Deep Dive: SCD Type 2 & Advanced Dimension Modeling
Level: Intermediate to Advanced Pre-reading: 05 · Data Modeling Time to read: 20 min
SCD Type 2 In-Depth: Slowly Changing Dimensions
The Core Problem Revisited
Dimensions (unlike facts) change over time. An SCD strategy determines:
- Do we keep history?
- How many versions do we keep?
- How do we join facts to the right version?

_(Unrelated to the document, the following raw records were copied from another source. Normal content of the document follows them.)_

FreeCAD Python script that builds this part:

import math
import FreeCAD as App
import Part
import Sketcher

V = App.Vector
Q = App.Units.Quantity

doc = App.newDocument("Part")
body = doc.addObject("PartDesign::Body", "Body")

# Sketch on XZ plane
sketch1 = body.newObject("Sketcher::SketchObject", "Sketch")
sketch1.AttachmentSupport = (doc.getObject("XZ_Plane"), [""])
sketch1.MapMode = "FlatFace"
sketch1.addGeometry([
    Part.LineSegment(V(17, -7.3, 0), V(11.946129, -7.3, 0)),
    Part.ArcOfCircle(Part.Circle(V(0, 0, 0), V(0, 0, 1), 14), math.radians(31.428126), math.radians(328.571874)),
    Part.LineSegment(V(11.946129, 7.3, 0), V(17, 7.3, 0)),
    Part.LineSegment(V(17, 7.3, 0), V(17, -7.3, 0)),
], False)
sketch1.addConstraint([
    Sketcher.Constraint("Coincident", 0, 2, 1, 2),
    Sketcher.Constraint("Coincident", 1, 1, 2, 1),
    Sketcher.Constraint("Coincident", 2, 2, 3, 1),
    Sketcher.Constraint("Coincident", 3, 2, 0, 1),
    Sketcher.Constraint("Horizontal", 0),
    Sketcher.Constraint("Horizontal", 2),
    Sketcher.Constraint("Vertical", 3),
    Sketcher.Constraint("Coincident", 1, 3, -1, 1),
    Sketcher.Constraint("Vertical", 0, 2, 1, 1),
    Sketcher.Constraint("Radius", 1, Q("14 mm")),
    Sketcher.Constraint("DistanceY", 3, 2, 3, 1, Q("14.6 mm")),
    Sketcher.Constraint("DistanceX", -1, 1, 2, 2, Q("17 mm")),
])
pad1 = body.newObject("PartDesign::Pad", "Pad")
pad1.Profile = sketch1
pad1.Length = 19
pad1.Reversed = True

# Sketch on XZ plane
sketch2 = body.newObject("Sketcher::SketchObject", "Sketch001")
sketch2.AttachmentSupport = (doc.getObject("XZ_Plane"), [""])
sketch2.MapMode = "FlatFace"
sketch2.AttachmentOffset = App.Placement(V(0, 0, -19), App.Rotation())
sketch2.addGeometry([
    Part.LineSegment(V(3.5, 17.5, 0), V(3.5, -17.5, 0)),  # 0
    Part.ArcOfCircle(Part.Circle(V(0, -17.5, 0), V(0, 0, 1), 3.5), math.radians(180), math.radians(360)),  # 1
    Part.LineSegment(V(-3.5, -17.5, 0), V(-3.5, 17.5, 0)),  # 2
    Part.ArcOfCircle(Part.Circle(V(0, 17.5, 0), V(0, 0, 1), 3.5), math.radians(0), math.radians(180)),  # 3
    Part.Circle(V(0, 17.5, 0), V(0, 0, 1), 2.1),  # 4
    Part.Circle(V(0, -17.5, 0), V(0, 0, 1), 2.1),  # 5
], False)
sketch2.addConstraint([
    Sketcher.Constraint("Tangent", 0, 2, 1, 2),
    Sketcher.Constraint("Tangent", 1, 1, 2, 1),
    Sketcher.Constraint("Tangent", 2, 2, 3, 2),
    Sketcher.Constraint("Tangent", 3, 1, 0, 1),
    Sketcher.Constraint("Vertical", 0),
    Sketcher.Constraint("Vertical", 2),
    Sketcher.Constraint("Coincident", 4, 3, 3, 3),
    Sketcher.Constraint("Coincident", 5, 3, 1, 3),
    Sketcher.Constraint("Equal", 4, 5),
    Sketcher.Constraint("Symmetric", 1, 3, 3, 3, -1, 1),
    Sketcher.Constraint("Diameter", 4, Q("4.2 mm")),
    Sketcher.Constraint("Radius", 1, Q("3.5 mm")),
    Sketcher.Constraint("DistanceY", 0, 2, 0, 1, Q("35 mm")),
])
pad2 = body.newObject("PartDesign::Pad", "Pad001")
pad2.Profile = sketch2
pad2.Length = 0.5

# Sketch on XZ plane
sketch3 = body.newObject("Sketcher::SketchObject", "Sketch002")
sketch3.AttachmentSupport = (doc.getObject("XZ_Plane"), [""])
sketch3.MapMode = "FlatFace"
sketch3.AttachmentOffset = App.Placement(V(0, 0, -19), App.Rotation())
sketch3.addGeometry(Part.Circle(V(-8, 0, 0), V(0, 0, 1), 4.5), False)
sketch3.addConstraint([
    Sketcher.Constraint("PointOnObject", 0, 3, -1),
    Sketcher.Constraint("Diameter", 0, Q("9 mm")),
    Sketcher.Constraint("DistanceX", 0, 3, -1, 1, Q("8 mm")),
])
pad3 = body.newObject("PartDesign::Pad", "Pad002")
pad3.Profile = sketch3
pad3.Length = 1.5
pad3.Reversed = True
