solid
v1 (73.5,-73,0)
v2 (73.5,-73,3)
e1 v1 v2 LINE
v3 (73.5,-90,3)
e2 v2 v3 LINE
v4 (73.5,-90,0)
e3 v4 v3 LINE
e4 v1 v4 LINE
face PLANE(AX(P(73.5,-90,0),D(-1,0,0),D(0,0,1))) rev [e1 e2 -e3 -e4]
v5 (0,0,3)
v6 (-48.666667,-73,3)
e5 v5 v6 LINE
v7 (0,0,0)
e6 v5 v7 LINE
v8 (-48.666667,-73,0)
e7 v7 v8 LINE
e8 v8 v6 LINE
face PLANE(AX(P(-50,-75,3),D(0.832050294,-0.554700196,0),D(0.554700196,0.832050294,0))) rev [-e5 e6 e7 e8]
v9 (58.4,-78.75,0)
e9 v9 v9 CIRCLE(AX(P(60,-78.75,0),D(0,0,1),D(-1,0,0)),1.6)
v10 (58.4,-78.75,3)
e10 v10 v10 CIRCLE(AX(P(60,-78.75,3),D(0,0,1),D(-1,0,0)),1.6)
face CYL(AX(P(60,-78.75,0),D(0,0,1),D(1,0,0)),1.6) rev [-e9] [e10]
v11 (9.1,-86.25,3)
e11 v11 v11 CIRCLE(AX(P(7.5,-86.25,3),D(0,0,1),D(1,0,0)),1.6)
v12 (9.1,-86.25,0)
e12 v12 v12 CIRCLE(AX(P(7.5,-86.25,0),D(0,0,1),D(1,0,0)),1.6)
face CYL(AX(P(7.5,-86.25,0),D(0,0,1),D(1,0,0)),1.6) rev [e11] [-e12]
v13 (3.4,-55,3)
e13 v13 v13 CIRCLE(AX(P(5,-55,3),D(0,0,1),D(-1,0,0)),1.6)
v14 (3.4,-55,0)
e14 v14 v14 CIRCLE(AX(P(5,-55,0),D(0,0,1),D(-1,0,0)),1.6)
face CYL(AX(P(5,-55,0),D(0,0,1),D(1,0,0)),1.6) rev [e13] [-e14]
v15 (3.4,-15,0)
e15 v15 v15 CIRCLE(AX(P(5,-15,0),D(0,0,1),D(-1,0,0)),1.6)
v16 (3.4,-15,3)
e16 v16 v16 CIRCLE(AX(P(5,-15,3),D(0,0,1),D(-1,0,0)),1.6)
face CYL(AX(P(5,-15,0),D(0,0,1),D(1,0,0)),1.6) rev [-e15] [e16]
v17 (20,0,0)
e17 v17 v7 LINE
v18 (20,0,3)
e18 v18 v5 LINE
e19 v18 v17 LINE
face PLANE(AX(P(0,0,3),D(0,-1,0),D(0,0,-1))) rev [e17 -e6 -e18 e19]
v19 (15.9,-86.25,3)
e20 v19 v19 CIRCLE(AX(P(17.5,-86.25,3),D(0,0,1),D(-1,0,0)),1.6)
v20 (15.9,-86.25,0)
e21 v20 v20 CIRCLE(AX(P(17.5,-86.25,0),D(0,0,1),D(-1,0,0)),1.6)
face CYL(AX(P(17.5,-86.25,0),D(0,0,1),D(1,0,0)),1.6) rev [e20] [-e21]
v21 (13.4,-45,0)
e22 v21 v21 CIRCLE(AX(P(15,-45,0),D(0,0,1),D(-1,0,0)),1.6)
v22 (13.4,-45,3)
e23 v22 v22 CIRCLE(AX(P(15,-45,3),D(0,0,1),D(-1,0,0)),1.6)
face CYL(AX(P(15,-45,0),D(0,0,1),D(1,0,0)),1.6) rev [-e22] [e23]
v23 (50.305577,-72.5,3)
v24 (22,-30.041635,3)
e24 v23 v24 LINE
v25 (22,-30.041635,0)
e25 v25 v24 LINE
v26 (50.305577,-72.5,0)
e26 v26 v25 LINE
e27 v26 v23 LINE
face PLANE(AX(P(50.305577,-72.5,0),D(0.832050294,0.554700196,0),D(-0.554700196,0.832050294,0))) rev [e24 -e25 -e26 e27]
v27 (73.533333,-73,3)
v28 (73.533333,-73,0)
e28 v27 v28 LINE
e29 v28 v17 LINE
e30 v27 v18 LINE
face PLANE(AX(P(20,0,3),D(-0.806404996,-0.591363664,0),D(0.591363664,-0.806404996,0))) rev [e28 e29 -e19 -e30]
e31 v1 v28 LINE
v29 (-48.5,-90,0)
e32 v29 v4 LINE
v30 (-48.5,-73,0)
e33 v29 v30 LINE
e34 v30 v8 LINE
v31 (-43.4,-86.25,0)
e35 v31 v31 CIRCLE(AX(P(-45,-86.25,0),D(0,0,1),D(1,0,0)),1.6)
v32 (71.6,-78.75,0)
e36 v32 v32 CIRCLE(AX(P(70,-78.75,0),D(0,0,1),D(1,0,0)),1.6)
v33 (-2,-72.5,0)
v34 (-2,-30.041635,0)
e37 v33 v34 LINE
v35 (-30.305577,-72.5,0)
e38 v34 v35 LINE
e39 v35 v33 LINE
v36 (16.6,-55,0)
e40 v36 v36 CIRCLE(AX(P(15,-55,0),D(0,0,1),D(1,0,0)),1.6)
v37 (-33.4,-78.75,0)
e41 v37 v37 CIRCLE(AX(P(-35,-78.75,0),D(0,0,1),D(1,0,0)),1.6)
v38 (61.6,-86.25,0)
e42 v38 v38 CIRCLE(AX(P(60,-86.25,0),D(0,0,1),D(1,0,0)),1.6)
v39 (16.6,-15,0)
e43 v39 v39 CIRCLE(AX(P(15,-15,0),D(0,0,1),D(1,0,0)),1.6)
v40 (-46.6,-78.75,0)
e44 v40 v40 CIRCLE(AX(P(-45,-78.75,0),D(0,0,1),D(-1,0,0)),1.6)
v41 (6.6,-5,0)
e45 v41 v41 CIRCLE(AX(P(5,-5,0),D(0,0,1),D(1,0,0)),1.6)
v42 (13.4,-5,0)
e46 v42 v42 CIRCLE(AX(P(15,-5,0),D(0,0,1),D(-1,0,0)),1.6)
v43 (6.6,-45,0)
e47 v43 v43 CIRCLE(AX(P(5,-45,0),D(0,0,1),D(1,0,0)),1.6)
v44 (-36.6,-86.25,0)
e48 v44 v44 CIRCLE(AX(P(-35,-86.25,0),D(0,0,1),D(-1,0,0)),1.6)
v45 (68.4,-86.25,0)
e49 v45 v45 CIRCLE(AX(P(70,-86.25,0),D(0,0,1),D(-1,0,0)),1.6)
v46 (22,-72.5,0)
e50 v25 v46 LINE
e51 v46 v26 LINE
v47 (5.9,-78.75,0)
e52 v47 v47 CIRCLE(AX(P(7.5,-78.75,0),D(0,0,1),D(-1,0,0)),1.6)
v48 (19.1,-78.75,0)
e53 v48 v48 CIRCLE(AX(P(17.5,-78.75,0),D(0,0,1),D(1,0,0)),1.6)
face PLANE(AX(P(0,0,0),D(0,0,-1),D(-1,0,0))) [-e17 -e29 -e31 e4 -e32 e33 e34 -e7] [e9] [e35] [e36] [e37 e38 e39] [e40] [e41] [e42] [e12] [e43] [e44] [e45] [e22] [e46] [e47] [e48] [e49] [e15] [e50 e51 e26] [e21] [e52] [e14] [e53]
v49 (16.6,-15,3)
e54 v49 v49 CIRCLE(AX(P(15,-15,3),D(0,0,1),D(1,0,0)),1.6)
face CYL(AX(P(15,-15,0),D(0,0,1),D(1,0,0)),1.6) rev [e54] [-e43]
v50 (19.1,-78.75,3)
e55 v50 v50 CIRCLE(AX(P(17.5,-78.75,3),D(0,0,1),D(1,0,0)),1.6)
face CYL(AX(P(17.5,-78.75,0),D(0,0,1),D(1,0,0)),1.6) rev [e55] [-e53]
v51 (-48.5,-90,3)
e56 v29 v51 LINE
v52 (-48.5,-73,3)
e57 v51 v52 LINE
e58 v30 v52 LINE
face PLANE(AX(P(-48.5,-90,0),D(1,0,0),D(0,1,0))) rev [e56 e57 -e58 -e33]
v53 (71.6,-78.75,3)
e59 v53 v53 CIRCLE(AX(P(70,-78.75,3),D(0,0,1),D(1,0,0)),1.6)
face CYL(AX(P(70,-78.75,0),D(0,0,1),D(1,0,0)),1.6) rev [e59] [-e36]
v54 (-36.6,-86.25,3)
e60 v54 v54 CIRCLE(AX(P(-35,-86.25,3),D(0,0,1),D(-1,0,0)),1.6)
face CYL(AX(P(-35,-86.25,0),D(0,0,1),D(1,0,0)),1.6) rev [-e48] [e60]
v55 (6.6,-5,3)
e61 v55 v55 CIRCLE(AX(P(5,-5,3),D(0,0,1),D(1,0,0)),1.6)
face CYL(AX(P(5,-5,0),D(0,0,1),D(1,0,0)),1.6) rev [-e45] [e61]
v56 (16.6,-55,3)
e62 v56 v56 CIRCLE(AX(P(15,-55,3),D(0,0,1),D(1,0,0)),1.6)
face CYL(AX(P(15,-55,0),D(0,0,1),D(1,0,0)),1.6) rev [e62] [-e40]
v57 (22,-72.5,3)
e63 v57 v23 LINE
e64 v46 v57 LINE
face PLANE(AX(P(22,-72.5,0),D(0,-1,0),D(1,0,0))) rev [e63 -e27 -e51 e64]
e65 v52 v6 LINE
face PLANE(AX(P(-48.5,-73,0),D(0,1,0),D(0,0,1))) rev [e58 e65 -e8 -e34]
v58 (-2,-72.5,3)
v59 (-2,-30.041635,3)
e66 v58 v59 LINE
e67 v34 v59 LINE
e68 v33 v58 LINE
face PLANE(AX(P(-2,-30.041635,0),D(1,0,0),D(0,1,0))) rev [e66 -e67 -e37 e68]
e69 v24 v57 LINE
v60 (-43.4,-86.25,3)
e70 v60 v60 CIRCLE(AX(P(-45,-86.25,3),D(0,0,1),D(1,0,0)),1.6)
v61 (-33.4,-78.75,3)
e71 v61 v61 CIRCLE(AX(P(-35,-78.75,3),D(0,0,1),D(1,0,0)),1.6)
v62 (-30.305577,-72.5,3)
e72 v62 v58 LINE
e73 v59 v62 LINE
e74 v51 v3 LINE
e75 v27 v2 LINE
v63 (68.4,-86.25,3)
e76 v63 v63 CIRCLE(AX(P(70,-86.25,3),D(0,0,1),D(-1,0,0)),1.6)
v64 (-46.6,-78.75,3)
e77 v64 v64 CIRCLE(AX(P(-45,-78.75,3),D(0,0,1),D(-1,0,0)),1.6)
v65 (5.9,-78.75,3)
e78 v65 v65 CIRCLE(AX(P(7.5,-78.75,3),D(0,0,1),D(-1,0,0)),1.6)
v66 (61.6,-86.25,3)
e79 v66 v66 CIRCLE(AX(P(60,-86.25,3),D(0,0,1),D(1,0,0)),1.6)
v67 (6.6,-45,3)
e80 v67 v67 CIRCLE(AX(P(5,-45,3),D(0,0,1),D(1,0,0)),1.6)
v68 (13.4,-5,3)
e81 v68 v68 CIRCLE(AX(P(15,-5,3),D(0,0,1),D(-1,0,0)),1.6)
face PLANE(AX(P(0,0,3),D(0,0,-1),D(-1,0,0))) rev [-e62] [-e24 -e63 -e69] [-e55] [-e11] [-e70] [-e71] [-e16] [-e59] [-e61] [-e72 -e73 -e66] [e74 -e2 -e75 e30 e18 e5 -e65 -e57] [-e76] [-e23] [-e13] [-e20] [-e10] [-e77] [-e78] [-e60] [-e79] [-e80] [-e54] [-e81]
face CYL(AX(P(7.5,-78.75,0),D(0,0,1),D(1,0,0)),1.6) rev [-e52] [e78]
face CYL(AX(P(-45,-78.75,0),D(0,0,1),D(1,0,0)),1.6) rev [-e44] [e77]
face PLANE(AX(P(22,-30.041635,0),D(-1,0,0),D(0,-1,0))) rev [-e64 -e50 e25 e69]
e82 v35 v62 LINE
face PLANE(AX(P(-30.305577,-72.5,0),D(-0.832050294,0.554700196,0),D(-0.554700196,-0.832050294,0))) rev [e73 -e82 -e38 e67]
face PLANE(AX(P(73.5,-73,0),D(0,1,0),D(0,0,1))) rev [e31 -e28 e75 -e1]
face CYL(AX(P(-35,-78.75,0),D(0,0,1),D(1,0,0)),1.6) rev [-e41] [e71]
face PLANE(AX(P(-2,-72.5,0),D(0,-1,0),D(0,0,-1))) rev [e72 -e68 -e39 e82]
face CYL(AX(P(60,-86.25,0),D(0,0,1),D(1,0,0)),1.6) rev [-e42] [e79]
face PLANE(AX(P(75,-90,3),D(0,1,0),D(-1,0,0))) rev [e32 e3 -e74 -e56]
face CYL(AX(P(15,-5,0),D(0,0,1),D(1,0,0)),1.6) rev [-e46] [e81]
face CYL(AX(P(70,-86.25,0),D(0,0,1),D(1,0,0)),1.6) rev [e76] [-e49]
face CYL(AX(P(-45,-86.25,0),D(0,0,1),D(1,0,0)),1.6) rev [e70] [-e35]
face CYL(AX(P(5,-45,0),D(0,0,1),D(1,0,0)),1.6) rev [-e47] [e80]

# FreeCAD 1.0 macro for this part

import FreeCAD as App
import Part
import Sketcher
Q = App.Units.Quantity

doc = App.newDocument("Part")
body = doc.addObject("PartDesign::Body", "Body")

# Sketch on XY plane
sketch1 = doc.addObject("Sketcher::SketchObject", "Sketch")
body.addObject(sketch1)
sketch1.AttachmentSupport = (doc.XY_Plane, [""])
sketch1.MapMode = "FlatFace"
sketch1.addGeometry([
    Part.LineSegment(App.Vector(20, 0, 0), App.Vector(0, 0, 0)),  # 0
    Part.LineSegment(App.Vector(0, 0, 0), App.Vector(-50, -75, 0)),  # 1
    Part.LineSegment(App.Vector(-50, -75, 0), App.Vector(-50, -90, 0)),  # 2
    Part.LineSegment(App.Vector(-50, -90, 0), App.Vector(75, -90, 0)),  # 3
    Part.LineSegment(App.Vector(75, -90, 0), App.Vector(75, -75, 0)),  # 4
    Part.LineSegment(App.Vector(75, -75, 0), App.Vector(20, 0, 0)),  # 5
], False)
sketch1.addConstraint([
    Sketcher.Constraint("Coincident", 0, 2, 1, 1),
    Sketcher.Constraint("Coincident", 1, 2, 2, 1),
    Sketcher.Constraint("Coincident", 2, 2, 3, 1),
    Sketcher.Constraint("Coincident", 3, 2, 4, 1),
    Sketcher.Constraint("Coincident", 4, 2, 5, 1),
    Sketcher.Constraint("Coincident", 5, 2, 0, 1),
    Sketcher.Constraint("Horizontal", 0),
    Sketcher.Constraint("Vertical", 2),
    Sketcher.Constraint("Horizontal", 3),
    Sketcher.Constraint("Vertical", 4),
    Sketcher.Constraint("Coincident", 0, 2, -1, 1),
    Sketcher.Constraint("Horizontal", 1, 2, 4, 2),
    Sketcher.Constraint("DistanceX", 0, 2, 0, 1, Q("20 mm")),
    Sketcher.Constraint("DistanceX", 3, 1, 3, 2, Q("125 mm")),
    Sketcher.Constraint("DistanceY", 2, 2, 2, 1, Q("15 mm")),
    Sketcher.Constraint("DistanceX", 1, 2, -1, 1, Q("50 mm")),
    Sketcher.Constraint("DistanceY", 1, 2, -1, 1, Q("75 mm")),
])
pad1 = doc.addObject("PartDesign::Pad", "Pad")
body.addObject(pad1)
pad1.Profile = sketch1
pad1.Length = 3

# Sketch on XY plane
sketch2 = doc.addObject("Sketcher::SketchObject", "Sketch001")
body.addObject(sketch2)
sketch2.AttachmentSupport = (doc.XY_Plane, [""])
sketch2.MapMode = "FlatFace"
sketch2.AttachmentOffset = App.Placement(App.Vector(0, 0, 3), App.Rotation())
sketch2.addGeometry([
    Part.Circle(App.Vector(5, -5, 0), App.Vector(0, 0, 1), 1.6),  # 0
    Part.Circle(App.Vector(15, -5, 0), App.Vector(0, 0, 1), 1.6),  # 1
    Part.Circle(App.Vector(15, -15, 0), App.Vector(0, 0, 1), 1.6),  # 2
    Part.Circle(App.Vector(5, -15, 0), App.Vector(0, 0, 1), 1.6),  # 3
    Part.Circle(App.Vector(-45, -86.2, 0), App.Vector(0, 0, 1), 1.6),  # 4
    Part.Circle(App.Vector(-45, -78.8, 0), App.Vector(0, 0, 1), 1.6),  # 5
    Part.Circle(App.Vector(-35, -86.2, 0), App.Vector(0, 0, 1), 1.6),  # 6
    Part.Circle(App.Vector(-35, -78.8, 0), App.Vector(0, 0, 1), 1.6),  # 7
    Part.Circle(App.Vector(60, -78.8, 0), App.Vector(0, 0, 1), 1.6),  # 8
    Part.Circle(App.Vector(60, -86.2, 0), App.Vector(0, 0, 1), 1.6),  # 9
    Part.Circle(App.Vector(70, -78.8, 0), App.Vector(0, 0, 1), 1.6),  # 10
    Part.Circle(App.Vector(70, -86.2, 0), App.Vector(0, 0, 1), 1.6),  # 11
    Part.Circle(App.Vector(7.5, -86.2, 0), App.Vector(0, 0, 1), 1.6),  # 12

Complete SCD Type 2 Implementation
-- Dimension table (initially empty)
CREATE TABLE gold.dim_customer (
-- Surrogate key (auto-incrementing)
customer_key INT PRIMARY KEY AUTO_INCREMENT,
-- Business key (immutable identifier)
customer_id INT NOT NULL,
-- Dimension attributes
customer_name VARCHAR(500),
email VARCHAR(255),
segment VARCHAR(50), -- 'Premium' | 'Standard' | 'At-Risk'
country_code VARCHAR(2),
-- SCD Type 2: Time tracking
effective_date DATE NOT NULL, -- When this version became active
end_date DATE, -- When this version stopped being active
is_current BOOLEAN NOT NULL, -- TRUE = current version, FALSE = historical
-- Metadata
created_at TIMESTAMP DEFAULT CURRENT_TIMESTAMP,
updated_at TIMESTAMP DEFAULT CURRENT_TIMESTAMP
);
-- Index for fast lookups
CREATE INDEX idx_customer_id_date ON gold.dim_customer(customer_id, effective_date, end_date);
CREATE INDEX idx_is_current ON gold.dim_customer(customer_id, is_current);
Example Data Flow
Source (Silver):
customer_id=5, segment='Standard' (2024-01-15)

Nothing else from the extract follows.